Ah, I had a lack of context.
I thought it might be something like that. It is suggesting O. regalis if I “include suggestions not seen nearby.”
This isn’t a big problem for me, and I don’t really need to pursue it. I’ll just input O. spectabilis manually for the time being. Thanks for looking into it.
Is anyone else noting the suggestions of Anseriformes being really bad now? They were reliable before but right now the CV is having trouble recognizing Mallard and Canada Goose.
Please include specific examples, it’s much easier to investigate a problem if we can try to replicate it on our end.
Mallards seem to be usually recognised at Mallard x American Black Duck hybrids, and Canada Geese as Canada Goose x Greylag Goose hybrids.
Yeah, I’m concerned about vision accuracy on avian hybrids & related species. It’s turning out to be a hard problem for the vision system. We don’t train on subspecies, and it may be that we shouldn’t train on any infraspecific taxa. I’m planning to do experiments next month to decide whether we should exclude avian hybrids in future models, or otherwise treat them differently.

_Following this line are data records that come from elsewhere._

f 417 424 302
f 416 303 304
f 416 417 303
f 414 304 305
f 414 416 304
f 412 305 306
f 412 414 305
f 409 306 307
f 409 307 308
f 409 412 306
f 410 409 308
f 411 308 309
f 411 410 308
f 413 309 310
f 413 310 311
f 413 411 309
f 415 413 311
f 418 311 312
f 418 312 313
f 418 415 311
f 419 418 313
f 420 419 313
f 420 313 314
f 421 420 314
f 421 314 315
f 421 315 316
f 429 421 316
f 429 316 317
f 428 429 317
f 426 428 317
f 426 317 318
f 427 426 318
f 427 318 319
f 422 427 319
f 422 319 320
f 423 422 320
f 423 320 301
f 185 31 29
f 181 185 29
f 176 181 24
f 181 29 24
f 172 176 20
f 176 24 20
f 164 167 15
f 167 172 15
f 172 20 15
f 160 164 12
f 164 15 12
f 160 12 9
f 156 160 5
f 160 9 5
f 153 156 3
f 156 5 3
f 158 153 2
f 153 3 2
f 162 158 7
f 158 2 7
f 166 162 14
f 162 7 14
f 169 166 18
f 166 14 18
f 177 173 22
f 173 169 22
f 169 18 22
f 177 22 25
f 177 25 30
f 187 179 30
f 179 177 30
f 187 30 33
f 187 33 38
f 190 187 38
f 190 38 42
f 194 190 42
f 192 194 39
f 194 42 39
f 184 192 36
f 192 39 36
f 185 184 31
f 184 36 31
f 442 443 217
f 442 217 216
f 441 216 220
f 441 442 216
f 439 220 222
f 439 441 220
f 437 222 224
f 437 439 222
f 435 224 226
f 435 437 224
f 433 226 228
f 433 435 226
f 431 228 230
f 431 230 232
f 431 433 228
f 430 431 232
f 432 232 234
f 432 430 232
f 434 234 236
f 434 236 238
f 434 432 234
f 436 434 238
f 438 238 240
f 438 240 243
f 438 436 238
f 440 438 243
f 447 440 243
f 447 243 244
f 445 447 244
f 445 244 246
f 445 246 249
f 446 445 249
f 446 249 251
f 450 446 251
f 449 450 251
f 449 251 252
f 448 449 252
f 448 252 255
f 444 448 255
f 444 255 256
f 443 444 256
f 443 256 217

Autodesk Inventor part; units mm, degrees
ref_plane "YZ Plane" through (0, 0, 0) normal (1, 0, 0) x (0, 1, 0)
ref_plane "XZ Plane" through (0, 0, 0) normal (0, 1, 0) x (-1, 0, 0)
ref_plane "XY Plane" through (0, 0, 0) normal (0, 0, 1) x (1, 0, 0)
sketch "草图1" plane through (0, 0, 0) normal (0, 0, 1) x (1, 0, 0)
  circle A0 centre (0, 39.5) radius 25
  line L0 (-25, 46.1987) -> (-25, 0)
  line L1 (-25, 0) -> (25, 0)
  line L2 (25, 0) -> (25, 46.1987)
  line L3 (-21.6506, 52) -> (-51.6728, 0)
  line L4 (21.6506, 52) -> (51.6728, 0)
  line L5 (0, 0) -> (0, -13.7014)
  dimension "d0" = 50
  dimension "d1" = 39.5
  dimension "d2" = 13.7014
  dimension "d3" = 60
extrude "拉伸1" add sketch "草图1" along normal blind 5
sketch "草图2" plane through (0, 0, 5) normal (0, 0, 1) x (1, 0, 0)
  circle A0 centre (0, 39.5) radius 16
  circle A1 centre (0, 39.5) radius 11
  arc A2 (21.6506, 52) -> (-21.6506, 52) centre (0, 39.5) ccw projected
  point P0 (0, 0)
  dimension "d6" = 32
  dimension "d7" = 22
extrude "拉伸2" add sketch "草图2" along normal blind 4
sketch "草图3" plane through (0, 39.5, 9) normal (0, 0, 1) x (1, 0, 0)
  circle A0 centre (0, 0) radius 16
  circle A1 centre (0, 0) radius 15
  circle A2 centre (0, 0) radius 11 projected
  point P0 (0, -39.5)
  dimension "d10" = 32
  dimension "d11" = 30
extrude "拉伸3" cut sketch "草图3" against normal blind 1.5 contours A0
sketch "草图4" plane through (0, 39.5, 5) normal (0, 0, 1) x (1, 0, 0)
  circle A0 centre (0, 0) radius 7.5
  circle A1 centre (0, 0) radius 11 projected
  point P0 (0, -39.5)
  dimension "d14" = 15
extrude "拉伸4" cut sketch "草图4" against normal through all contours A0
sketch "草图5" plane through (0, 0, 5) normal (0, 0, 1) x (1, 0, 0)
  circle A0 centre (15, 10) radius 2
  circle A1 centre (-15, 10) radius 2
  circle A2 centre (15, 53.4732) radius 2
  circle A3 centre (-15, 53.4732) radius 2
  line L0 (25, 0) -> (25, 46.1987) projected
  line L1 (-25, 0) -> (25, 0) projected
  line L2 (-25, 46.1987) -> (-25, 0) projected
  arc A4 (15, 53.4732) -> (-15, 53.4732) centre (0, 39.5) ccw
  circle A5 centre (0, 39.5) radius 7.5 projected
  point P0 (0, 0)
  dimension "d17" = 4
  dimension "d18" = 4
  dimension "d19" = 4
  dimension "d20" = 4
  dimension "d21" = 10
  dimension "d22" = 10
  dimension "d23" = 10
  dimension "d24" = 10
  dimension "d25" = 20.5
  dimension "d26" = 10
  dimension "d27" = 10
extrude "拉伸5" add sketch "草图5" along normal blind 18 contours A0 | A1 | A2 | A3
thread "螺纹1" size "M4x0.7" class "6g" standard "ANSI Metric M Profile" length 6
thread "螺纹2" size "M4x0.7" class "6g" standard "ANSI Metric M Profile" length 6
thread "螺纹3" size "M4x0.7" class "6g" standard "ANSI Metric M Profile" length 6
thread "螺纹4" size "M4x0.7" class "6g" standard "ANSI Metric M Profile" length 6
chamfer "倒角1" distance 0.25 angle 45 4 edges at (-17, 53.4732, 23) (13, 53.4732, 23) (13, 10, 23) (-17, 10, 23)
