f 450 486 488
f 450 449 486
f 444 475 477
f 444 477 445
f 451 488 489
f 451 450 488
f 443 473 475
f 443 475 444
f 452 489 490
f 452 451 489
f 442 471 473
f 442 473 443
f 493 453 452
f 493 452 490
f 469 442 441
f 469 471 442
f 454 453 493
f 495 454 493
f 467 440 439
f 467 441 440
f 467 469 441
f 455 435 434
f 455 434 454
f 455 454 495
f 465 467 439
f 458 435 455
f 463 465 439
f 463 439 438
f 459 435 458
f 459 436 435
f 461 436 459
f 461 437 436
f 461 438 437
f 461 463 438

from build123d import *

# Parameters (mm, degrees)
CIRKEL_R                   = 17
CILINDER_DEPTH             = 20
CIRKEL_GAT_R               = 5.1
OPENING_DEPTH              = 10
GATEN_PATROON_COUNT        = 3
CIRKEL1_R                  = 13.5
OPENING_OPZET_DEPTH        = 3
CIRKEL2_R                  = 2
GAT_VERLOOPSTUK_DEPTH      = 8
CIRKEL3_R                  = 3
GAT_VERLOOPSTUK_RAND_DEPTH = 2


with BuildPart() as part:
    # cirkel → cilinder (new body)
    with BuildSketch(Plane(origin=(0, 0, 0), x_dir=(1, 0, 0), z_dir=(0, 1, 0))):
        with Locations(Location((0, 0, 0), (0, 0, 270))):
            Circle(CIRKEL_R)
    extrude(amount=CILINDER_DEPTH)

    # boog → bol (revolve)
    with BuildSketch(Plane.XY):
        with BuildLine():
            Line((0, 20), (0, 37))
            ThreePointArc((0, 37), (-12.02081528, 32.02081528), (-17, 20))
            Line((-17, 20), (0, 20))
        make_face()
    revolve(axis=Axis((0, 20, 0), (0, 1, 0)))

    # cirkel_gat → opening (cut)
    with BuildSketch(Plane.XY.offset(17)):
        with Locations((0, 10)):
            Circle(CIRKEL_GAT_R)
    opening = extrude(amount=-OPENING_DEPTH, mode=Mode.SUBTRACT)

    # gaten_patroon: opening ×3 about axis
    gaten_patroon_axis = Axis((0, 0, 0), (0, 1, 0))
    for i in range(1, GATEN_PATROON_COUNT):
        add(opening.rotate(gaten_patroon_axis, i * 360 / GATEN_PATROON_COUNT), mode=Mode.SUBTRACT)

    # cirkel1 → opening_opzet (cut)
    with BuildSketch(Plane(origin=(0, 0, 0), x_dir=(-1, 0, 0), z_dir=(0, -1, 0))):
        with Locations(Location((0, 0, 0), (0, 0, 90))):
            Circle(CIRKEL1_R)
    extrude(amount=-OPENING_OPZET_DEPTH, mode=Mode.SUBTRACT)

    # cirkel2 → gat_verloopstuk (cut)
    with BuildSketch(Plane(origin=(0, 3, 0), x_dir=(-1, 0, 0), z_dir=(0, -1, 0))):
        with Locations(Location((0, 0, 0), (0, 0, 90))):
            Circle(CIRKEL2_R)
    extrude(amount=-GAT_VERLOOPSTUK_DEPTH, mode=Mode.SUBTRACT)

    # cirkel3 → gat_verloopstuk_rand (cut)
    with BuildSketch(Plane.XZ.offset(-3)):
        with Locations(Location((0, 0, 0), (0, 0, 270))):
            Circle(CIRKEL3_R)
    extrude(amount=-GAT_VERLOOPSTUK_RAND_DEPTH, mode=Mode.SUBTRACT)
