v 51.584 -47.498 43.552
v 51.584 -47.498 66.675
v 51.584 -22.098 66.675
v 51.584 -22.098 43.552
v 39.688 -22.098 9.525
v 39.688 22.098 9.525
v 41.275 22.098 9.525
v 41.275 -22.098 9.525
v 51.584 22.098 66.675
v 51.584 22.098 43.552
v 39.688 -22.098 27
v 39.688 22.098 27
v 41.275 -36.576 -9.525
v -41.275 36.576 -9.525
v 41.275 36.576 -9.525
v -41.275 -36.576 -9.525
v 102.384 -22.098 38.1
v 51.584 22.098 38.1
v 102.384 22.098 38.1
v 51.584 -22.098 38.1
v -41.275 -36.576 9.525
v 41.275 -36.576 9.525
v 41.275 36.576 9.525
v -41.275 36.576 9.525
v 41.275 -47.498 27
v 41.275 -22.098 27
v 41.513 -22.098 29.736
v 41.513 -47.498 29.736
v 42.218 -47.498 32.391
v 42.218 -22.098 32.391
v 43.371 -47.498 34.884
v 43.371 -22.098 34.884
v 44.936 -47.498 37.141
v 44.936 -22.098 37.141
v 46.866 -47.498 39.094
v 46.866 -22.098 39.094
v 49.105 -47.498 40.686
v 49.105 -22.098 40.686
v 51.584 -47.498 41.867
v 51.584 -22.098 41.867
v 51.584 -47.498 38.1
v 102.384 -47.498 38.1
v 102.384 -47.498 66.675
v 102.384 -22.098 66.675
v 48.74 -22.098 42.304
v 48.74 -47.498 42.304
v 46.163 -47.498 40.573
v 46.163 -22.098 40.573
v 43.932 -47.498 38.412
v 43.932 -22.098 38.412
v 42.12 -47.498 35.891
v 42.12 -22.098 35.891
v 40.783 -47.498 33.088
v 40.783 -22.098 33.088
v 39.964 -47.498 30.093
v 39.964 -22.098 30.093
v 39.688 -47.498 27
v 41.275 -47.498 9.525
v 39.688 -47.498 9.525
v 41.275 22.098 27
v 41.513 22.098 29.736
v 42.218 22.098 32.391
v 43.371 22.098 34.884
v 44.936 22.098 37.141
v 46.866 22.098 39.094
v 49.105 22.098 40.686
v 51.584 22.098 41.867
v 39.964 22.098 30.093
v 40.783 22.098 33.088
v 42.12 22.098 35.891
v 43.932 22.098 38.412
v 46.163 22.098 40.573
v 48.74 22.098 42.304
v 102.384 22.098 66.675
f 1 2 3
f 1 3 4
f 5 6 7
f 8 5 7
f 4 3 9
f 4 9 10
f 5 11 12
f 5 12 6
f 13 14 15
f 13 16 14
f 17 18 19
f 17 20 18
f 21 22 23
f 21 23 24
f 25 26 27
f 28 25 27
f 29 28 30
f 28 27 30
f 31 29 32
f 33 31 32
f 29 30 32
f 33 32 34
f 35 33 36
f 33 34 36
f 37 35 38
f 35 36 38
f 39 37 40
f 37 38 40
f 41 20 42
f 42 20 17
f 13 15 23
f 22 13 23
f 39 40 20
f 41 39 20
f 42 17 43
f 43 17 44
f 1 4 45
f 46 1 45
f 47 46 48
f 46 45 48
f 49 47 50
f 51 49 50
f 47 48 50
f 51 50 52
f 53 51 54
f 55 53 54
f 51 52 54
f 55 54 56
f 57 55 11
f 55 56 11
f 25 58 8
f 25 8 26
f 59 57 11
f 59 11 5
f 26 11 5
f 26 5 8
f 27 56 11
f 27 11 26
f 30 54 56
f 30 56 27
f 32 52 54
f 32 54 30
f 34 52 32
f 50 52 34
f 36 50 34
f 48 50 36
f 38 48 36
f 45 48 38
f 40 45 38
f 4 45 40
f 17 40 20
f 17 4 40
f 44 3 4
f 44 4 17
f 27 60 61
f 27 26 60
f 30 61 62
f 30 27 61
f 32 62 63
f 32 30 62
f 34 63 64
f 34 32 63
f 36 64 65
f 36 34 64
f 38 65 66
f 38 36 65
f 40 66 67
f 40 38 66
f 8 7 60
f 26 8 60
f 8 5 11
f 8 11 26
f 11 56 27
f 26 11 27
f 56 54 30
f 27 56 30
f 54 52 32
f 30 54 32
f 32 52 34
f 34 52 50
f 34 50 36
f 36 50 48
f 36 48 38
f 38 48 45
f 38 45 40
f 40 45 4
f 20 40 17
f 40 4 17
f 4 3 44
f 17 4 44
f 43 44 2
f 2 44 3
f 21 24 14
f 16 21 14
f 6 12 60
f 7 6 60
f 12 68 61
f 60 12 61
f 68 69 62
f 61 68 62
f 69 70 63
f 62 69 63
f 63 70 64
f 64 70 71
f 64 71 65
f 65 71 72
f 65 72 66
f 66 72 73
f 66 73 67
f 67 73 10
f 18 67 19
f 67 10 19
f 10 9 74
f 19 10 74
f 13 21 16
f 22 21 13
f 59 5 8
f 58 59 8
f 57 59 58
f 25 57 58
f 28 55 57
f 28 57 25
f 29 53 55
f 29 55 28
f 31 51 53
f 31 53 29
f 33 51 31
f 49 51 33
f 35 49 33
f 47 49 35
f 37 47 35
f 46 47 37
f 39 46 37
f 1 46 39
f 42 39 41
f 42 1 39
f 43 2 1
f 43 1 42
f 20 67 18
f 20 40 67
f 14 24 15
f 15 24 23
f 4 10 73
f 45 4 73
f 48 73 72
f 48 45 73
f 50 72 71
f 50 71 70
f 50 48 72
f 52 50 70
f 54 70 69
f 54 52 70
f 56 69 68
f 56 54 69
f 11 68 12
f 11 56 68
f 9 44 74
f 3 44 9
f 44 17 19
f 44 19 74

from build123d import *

# Parameters (mm, degrees)
F1_DEPTH = 36.576
F2_DEPTH = 22.098
F3_DEPTH = 25.4


with BuildPart() as f1:
    # F0 (on Front) → F1 (new body, symmetric)
    with BuildSketch(Plane.XZ):
        Polygon((-41.275, -9.525), (41.275, -9.525), (41.275, 9.525), (39.6875, 9.525), (-41.275, 9.525), align=None)
    extrude(amount=F1_DEPTH, both=True)


with BuildPart() as f2:
    # F0 (on Front) → F2 (new body, symmetric)
    with BuildSketch(Plane.XZ):
        Polygon((51.58396, 43.55188), (51.58396, 41.86744), (51.58396, 38.1), (102.38396, 38.1), (102.38396, 66.675), (51.58396, 66.675), align=None)
        with BuildLine():
            Line((39.6875, 9.525), (41.275, 9.525))
            Line((41.275, 9.525), (41.275, 27.0002))
            ThreePointArc((41.275, 27.0002), (44.104378, 36.046048), (51.58396, 41.86744))
            Line((51.58396, 41.86744), (51.58396, 43.55188))
            ThreePointArc((51.58396, 43.55188), (42.970157, 37.191911), (39.6875, 27.0002))
            Line((39.6875, 27.0002), (39.6875, 9.525))
        make_face()
    extrude(amount=F2_DEPTH, both=True)


with BuildPart() as f3:
    # F2_face (on face) → F3 (new body)
    with BuildSketch(Plane(origin=(75.611873, -22.098, 51.409216), x_dir=(1, 0, 0), z_dir=(0, -1, 0))):
        with BuildLine():
            Line((-24.027913, -9.541776), (-24.027913, -13.309216))
            Line((-24.027913, -13.309216), (26.772087, -13.309216))
            Line((26.772087, -13.309216), (26.772087, 15.265784))
            Line((26.772087, 15.265784), (-24.027913, 15.265784))
            Line((-24.027913, 15.265784), (-24.027913, -7.857336))
            ThreePointArc((-24.027913, -7.857336), (-32.641715, -14.217305), (-35.924373, -24.409016))
            Line((-35.924373, -24.409016), (-35.924373, -41.884216))
            Line((-35.924373, -41.884216), (-34.336873, -41.884216))
            Line((-34.336873, -41.884216), (-34.336873, -24.409016))
            ThreePointArc((-34.336873, -24.409016), (-31.507495, -15.363168), (-24.027913, -9.541776))
        make_face()
    extrude(amount=F3_DEPTH)


solid = Compound([f1.part, f2.part, f3.part])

The background is that previous versions of the model had far fewer avian hybrid photos to train on. We had a large growth in the number of avian hybrid identifications in the past year and for the first time, our (capped) training data had as many Mallard x American Black Duck photos as Mallard photos and American Black Duck photos. We didn’t exclude them from the training dataset because it wasn’t a known problem, but obviously I’m re-evaluating that now.
Is there any way certain taxa could be trained above the genus level? Many (most?) ciliates (to say nothing of other microbes) are not possible to identify to species with home equipment. Even genus can be quite challenging at times, sometimes impossible without complex staining techniques using chemicals not available to the amateur.
I don’t think that’s possible, since taxa above genus level have many genera under them, which might have completely different habitus. The AI still will suggest families and the like if it finds multiple genera that look similar to the observation.
Genus level is exactly the level I would like to see (this is the typical goal of microbial ID). But since I see no computer vision note on the genus pages, I assume they are not being trained at that level.
“We’ve also released a new feature for taxon pages on the website which allows you to see which taxa are included in the model. This badge only appears on species pages, not pages of genera, families, etc.”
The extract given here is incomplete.